■ **YOUR OBJECTIVE**: Could you set down exactly the lines in the records below between the line holding "#4=PRODUCT_DEFINITION_FORMATION('','',#3);" and the line holding "#8=(LENGTH_UNIT()NAMED_UNIT(*)SI_UNIT(.MILLI.,.METRE.));", inclusive?

[Collected data entries]
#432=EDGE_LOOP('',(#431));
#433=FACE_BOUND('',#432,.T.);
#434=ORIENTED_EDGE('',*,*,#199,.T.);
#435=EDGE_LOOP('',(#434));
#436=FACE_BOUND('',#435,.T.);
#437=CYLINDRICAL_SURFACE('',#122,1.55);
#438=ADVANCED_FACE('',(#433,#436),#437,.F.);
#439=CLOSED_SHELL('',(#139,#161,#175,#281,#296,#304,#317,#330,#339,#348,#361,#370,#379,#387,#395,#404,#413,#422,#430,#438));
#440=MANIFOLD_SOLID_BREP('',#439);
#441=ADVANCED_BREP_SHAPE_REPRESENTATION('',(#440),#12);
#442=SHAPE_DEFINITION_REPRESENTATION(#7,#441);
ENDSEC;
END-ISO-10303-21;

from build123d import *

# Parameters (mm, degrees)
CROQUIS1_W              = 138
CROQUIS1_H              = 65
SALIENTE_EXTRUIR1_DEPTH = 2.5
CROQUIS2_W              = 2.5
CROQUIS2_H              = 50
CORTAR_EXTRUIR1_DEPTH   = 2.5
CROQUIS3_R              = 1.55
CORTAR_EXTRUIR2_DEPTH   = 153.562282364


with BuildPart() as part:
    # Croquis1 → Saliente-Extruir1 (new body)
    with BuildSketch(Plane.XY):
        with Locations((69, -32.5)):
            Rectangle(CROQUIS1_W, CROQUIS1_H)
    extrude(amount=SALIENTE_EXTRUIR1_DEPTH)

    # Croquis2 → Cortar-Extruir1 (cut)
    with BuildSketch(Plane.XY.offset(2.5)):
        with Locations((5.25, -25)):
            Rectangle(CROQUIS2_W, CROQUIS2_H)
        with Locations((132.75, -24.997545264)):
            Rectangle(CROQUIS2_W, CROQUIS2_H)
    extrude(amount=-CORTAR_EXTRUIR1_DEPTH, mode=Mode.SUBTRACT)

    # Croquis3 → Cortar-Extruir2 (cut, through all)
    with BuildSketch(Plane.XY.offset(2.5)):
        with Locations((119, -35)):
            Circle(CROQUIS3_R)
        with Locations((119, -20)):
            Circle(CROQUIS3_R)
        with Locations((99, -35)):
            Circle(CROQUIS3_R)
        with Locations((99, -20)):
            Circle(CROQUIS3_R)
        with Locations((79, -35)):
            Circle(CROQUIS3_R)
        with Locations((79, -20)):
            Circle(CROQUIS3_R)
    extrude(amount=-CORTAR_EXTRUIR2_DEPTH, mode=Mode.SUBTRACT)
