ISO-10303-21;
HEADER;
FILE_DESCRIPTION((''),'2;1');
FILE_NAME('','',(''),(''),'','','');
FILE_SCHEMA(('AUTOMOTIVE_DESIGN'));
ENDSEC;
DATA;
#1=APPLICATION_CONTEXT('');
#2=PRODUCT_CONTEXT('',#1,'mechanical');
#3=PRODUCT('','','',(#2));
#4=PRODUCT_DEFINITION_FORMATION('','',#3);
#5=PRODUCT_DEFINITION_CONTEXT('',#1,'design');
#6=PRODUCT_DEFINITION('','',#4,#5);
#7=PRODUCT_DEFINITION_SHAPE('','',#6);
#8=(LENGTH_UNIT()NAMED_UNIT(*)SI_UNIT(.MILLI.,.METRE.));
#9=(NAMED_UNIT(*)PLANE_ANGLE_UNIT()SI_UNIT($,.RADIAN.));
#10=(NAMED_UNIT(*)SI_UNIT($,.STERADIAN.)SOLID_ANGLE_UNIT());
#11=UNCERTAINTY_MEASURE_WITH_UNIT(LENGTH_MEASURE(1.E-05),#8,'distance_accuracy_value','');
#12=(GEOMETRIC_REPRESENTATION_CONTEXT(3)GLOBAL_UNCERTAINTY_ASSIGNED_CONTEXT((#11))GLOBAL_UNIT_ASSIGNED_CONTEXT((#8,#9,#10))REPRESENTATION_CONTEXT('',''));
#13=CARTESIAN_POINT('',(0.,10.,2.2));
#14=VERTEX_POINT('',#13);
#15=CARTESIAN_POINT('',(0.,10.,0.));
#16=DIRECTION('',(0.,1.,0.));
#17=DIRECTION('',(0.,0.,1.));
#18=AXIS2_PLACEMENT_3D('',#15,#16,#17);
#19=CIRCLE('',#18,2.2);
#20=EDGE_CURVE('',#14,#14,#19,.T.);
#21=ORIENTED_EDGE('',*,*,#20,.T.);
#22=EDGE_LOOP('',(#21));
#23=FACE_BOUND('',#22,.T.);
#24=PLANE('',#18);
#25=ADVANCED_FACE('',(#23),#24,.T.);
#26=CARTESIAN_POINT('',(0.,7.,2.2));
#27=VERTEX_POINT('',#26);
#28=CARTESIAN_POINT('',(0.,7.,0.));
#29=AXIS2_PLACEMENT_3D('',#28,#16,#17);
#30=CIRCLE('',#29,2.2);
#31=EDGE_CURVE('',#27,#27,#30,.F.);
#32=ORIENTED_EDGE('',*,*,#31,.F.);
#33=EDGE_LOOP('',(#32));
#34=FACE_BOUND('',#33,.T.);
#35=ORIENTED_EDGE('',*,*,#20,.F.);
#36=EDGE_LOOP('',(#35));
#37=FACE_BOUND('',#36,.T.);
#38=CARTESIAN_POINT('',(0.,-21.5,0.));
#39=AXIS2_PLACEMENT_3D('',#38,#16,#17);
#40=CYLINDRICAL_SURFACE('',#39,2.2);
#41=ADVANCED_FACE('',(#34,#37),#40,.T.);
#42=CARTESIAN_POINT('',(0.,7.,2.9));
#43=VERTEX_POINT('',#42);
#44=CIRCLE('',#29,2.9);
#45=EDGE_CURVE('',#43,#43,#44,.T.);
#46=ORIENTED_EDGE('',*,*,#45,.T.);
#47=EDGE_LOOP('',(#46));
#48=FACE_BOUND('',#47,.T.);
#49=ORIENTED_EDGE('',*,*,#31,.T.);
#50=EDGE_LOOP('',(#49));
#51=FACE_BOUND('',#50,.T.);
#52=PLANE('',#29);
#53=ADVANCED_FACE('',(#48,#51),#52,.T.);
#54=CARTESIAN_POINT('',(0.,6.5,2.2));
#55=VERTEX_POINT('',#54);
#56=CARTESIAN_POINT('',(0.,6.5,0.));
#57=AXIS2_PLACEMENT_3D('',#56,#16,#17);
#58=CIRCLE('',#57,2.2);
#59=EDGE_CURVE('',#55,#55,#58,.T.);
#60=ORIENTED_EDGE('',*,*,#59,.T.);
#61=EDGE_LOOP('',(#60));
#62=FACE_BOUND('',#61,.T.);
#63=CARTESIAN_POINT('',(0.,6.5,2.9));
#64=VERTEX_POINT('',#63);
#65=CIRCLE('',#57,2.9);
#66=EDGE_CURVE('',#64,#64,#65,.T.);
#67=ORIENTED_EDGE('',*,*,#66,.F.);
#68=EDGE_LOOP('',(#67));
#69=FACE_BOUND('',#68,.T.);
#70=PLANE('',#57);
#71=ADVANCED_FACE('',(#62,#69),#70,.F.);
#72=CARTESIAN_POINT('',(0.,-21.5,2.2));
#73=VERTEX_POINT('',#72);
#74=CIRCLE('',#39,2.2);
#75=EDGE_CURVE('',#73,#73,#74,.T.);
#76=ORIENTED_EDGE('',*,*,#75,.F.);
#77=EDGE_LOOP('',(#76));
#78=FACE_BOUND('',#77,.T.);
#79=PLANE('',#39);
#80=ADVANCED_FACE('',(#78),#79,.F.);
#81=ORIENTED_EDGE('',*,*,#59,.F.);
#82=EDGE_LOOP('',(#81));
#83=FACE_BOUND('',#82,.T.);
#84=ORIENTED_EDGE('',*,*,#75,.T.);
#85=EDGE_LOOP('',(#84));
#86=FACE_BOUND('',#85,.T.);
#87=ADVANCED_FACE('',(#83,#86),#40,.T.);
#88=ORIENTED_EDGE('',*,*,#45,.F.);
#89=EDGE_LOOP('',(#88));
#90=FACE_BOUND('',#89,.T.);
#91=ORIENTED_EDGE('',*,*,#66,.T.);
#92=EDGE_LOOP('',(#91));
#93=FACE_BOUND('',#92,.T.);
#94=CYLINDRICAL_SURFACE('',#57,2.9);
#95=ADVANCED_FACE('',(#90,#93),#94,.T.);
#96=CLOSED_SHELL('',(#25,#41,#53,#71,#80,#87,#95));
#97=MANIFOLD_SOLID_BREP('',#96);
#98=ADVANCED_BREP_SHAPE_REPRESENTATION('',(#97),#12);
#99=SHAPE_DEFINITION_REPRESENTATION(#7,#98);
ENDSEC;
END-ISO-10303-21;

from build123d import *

# Parameters (mm, degrees)
BOSS_EXTRUDE1_DEPTH      = 10
BOSS_EXTRUDE1_DEPTH_BACK = 21.5
SKETCH1_R                = 2.2
SKETCH2_R                = 2.9
SKETCH2_R_2              = 2.2
BOSS_EXTRUDE2_DEPTH      = 0.5


with BuildPart() as part:
    # Sketch1 → Boss-Extrude1 (new, two sides: drawn at the far end of the back side and taken through both)
    with BuildSketch(Plane(origin=(0, 0, 0), x_dir=(1, 0, 0), z_dir=(0, 1, 0)).offset(-BOSS_EXTRUDE1_DEPTH_BACK)):
        with Locations(Location((0, 0, 0), (0, 0, 270))):
            Circle(SKETCH1_R)
    extrude(amount=BOSS_EXTRUDE1_DEPTH + BOSS_EXTRUDE1_DEPTH_BACK)

    # Sketch2 → Boss-Extrude2 (add)
    with BuildSketch(Plane(origin=(0, 7, 0), x_dir=(1, 0, 0), z_dir=(0, 1, 0))):
        with Locations(Location((0, 0, 0), (0, 0, 270))):
            Circle(SKETCH2_R)
        with Locations(Location((0, 0, 0), (0, 0, 270))):
            Circle(SKETCH2_R_2, mode=Mode.SUBTRACT)
    extrude(amount=-BOSS_EXTRUDE2_DEPTH)


solid = part.part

■ **ANSWER FOR THIS EXERCISE**:
#4=PRODUCT_DEFINITION_FORMATION('','',#3);
#5=PRODUCT_DEFINITION_CONTEXT('',#1,'design');
#6=PRODUCT_DEFINITION('','',#4,#5);
#7=PRODUCT_DEFINITION_SHAPE('','',#6);
#8=(LENGTH_UNIT()NAMED_UNIT(*)SI_UNIT(.MILLI.,.METRE.));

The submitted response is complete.